No, it's that most people don't want to use a product that changes often, if at all. They get it for what it is and if it changes, it means disrupting their way of using it. When you're working with a smaller product, you can iterate more and work closely with the people using it. When it gets larger, any change you make will alienate some users, so you have to plan to minimize that alienation.

You can change and roll back features quickly, but that gives an impression of instability among users. If things are constantly changing, they'll seek out something more stable. It's "lowest common denominator" thinking. It results in something that nobody dislikes, and that's the goal of larger groups. Niche companies are able to work much better, but even then there's some slowdown.

jumper · on Nov 28, 2008

I think this is particularly important given that often the biggest cost in using a new product\tool is learning to use it well... if it's changing all the time, with no release schedule or no attempt to stabilize the main release via betas\QA\etc, then it gets very frustrating to learn.

marvin · on Nov 28, 2008

I think this phenomenon is caused by the culture of fear among most employees. Screwing up badly will get you fired, the greatest fear of all. Most employees have heavy mortgages and children, and require a consistent and predictable income. (This state of things is a problem in itself, but that's another topic).

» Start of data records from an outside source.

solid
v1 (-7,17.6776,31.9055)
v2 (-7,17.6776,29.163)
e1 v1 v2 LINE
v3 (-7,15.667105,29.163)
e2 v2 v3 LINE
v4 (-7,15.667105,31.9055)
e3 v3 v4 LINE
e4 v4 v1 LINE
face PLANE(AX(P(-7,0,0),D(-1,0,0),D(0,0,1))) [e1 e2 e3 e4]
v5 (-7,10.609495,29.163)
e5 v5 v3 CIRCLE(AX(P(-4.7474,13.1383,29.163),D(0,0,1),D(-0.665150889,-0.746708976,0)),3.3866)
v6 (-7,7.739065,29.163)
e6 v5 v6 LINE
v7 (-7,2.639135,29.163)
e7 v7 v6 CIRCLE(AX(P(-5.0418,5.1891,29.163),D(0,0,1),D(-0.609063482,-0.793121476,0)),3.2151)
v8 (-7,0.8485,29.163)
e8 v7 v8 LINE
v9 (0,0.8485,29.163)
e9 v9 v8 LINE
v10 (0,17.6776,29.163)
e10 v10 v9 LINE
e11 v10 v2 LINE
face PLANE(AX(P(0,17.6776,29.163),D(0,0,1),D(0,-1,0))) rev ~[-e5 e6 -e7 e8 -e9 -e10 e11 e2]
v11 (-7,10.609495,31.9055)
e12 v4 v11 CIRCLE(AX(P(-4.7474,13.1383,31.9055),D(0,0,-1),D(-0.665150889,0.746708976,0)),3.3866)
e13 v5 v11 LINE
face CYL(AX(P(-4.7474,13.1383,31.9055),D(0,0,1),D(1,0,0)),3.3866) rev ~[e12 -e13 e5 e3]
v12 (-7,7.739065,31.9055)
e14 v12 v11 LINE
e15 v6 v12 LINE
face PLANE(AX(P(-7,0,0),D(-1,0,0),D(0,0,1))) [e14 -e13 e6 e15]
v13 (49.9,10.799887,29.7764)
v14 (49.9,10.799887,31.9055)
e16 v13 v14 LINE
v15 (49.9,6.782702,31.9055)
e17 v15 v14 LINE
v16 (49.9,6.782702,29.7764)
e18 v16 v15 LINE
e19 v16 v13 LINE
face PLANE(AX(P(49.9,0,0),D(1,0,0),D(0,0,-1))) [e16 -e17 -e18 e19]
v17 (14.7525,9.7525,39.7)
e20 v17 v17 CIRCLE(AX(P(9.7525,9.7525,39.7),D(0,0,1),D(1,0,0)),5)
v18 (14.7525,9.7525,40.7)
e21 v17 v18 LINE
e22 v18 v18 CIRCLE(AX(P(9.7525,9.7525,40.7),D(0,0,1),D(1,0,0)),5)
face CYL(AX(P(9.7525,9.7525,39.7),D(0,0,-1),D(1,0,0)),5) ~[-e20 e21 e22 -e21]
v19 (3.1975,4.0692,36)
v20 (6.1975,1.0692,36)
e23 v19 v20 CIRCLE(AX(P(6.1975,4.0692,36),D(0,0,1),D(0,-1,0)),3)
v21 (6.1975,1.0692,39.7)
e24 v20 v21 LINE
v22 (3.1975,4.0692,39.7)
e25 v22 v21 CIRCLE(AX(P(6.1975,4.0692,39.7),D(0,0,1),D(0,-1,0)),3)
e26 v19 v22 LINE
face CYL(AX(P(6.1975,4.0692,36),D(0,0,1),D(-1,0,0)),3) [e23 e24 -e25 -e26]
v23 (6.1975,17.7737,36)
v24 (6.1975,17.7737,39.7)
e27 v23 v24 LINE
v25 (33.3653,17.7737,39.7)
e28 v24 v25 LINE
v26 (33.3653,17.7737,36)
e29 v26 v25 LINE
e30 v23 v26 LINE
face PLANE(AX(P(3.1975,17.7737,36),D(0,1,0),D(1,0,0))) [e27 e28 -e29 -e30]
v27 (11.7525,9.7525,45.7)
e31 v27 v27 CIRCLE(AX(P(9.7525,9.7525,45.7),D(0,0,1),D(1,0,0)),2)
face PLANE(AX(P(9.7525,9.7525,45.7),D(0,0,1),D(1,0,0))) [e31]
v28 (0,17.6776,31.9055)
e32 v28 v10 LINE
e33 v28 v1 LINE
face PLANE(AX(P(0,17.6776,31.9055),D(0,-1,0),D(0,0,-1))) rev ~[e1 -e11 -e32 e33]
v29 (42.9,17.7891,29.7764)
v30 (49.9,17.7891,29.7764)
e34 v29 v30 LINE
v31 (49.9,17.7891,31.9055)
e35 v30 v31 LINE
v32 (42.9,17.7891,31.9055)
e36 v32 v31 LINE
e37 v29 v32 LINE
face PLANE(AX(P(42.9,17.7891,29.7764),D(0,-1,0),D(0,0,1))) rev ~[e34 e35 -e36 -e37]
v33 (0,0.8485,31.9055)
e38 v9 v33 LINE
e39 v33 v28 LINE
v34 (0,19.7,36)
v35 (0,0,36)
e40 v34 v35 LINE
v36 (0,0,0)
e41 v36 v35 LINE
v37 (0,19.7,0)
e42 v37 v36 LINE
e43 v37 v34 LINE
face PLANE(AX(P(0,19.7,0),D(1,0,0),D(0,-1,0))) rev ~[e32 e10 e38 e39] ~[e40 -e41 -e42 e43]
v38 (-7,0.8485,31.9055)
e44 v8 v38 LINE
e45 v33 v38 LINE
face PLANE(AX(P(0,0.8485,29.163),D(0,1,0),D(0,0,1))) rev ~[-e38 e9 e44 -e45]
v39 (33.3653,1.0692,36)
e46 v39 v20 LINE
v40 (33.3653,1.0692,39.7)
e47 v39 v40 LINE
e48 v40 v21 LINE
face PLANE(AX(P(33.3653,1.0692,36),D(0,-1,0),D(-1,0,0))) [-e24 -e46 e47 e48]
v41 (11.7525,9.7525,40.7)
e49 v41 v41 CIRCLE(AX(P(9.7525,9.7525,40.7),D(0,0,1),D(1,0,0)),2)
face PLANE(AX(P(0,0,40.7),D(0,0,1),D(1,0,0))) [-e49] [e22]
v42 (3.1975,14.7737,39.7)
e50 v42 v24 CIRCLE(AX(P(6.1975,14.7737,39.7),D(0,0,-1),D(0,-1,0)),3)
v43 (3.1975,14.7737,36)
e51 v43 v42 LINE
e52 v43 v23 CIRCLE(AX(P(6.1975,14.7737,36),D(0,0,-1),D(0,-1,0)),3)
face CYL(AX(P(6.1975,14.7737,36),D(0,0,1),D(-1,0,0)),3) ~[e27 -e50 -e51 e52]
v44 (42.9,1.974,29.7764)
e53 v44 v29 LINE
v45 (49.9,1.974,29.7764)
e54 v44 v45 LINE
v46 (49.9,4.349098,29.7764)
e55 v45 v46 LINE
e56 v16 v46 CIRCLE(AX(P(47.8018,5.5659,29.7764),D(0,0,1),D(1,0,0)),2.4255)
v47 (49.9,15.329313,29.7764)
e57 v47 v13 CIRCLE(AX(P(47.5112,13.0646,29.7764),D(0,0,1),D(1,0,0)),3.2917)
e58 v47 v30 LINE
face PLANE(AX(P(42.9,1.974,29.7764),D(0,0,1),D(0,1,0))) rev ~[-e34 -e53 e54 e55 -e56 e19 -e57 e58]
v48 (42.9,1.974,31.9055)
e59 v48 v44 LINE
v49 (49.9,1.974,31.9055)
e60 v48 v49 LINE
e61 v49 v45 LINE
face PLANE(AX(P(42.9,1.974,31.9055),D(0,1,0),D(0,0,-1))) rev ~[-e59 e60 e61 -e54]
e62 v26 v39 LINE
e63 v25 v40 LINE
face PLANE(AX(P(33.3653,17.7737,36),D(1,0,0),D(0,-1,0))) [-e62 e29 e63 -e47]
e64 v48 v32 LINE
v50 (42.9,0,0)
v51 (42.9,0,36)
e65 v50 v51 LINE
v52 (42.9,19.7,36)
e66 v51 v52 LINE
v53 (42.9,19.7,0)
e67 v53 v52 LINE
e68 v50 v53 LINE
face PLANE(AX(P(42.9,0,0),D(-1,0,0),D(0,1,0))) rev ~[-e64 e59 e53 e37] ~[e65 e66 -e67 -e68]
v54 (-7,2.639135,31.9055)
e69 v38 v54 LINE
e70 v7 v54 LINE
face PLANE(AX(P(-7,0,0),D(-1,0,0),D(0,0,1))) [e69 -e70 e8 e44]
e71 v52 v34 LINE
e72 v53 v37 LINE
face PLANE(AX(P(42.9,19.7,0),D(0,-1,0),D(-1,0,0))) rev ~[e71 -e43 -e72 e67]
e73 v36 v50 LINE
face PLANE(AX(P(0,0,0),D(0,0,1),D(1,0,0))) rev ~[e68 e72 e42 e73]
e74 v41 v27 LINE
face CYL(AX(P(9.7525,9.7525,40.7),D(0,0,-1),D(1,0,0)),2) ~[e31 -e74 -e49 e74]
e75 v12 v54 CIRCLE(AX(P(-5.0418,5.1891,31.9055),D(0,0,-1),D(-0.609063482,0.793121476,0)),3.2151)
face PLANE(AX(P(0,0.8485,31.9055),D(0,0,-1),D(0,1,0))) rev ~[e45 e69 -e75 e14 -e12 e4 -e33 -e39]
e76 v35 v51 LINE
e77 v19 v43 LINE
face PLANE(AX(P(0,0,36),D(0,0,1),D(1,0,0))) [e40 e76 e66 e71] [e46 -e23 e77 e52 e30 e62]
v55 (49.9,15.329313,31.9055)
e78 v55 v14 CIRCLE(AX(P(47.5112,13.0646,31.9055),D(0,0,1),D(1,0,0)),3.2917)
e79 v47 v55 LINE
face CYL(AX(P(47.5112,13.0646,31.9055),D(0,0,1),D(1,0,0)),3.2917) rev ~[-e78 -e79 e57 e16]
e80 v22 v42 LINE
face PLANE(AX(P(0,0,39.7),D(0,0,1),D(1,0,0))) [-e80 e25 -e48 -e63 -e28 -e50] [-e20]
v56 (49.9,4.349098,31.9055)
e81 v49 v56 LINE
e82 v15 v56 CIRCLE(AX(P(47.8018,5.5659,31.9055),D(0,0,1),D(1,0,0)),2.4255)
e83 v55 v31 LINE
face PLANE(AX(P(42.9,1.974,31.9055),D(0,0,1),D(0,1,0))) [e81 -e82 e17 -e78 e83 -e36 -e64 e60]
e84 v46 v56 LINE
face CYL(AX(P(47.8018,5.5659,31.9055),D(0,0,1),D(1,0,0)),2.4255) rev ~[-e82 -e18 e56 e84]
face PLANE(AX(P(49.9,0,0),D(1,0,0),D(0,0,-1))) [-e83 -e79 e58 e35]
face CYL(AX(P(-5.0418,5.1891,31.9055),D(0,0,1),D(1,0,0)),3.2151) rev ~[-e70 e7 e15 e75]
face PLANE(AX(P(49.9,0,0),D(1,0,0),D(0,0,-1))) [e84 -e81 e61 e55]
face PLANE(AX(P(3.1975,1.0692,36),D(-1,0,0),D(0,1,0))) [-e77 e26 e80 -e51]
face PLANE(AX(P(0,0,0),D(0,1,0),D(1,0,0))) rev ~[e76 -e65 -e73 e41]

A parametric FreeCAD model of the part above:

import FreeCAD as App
import Part
import Sketcher

V = App.Vector


def edges_at(feature, points):
    """Names of the edges that pass closest to the given points."""
    edges = feature.Shape.Edges
    near = lambda p: min(range(len(edges)), key=lambda i: edges[i].distToShape(Part.Vertex(*p))[0])
    return sorted({f"Edge{near(p) + 1}" for p in points})


def add_polygon(sketch, points):
    """Adds a closed chain of lines whose ends are joined by coincident constraints."""
    first, n = sketch.GeometryCount, len(points)
    for a, b in zip(points, points[1:] + points[:1]):
        sketch.addGeometry(Part.LineSegment(App.Vector(*a, 0), App.Vector(*b, 0)), False)
    for i in range(n):
        sketch.addConstraint(Sketcher.Constraint("Coincident", first + i, 2, first + (i + 1) % n, 1))

doc = App.newDocument("Part")
params = doc.addObject("Spreadsheet::Sheet", "Params")
for row, (alias, value) in enumerate([
    ("sketch1_width", "42.9 mm"),
    ("sketch1_height", "19.7 mm"),
    ("pad1_length", "36 mm"),
    ("pad2_length", "3.7 mm"),
    ("fillet_radius", "3 mm"),
    ("fillet2_radius", "3 mm"),
    ("sketch3_diameter", "10 mm"),
    ("pad3_length", "1 mm"),
    ("sketch4_diameter", "4 mm"),
    ("pad4_length", "5 mm"),
    ("pad5_length", "7 mm"),
    ("pocket2_length", "7 mm"),
    ("pad6_length", "7 mm"),
    ("pocket3_length", "7 mm"),
    ("pocket4_length", "7 mm"),
], start=1):
    params.set(f"A{row}", alias)
    params.set(f"B{row}", "=" + value)
    params.setAlias(f"B{row}", alias)

body = doc.addObject("PartDesign::Body", "Body")

sketch1 = doc.addObject("Sketcher::SketchObject", "Sketch")
body.addObject(sketch1)
sketch1.AttachmentSupport = (doc.XY_Plane, [""])
sketch1.MapMode = "FlatFace"
add_polygon(sketch1, [(0, 20), (0, 0), (43, 0), (43, 20)])
sketch1.addConstraint([
    Sketcher.Constraint("Vertical", 0),
    Sketcher.Constraint("Horizontal", 1),
    Sketcher.Constraint("Vertical", 2),
    Sketcher.Constraint("Horizontal", 3),
    Sketcher.Constraint("Coincident", 0, 2, -1, 1),
    Sketcher.Constraint("DistanceX", 1, 1, 1, 2, 42.9),
    Sketcher.Constraint("DistanceY", 0, 2, 0, 1, 19.7),
])
sketch1.setExpression("Constraints[9]", "Params.sketch1_width")
sketch1.setExpression("Constraints[10]", "Params.sketch1_height")
pad1 = doc.addObject("PartDesign::Pad", "Pad")
body.addObject(pad1)
pad1.Profile = sketch1
pad1.setExpression("Length", "Params.pad1_length")

sketch2 = doc.addObject("Sketcher::SketchObject", "Sketch001")
body.addObject(sketch2)
sketch2.AttachmentSupport = (doc.XY_Plane, [""])
sketch2.MapMode = "FlatFace"
sketch2.AttachmentOffset = App.Placement(V(0, 0, 36), App.Rotation())
add_polygon(sketch2, [(33, 18), (3, 18), (3, 1), (33, 1)])
sketch2.addConstraint([
    Sketcher.Constraint("Horizontal", 0),
    Sketcher.Constraint("Vertical", 1),
    Sketcher.Constraint("Horizontal", 2),
    Sketcher.Constraint("Vertical", 3),
    Sketcher.Constraint("DistanceX", 0, 2, 0, 1, 30.1678),
    Sketcher.Constraint("DistanceY", 1, 2, 1, 1, 16.7045),
    Sketcher.Constraint("DistanceX", -1, 1, 0, 2, 3.1975),
    Sketcher.Constraint("DistanceY", -1, 1, 0, 2, 17.7737),
])
pad2 = doc.addObject("PartDesign::Pad", "Pad001")
body.addObject(pad2)
pad2.Profile = sketch2
pad2.setExpression("Length", "Params.pad2_length")
doc.recompute()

The big issue is that the level of fear increases as you move up the command structure.

Let's assume one of your startups has crashed and burned. Something really spectacular must have happened if this makes potential customers of your next startup spurn you. Taking risks may have consequences, but they are temporary. But if you are a high-level manager for a large company, spectacular failure will make you unemployable, or in the best case push you several steps down the ladder - steps which took years of boredom and politics to climb, and which you will never get back. Failure is punished disproportionately, success is rarely compensated. Conservatism is the correct choice for each individual actor.

We all know bureaucracy, culture and politics - existing companies won't change in this area.

gaius · on Nov 29, 2008

If you have the agility to make rapid production changes, you also have the ability to rapidly rollback

It doesn't matter. If you make a mistake with other people's money (e.g. calculating a payment wrong, crediting/debiting the wrong person, etc), even if you put it right quickly, they'll start losing trust and looking at your competitors.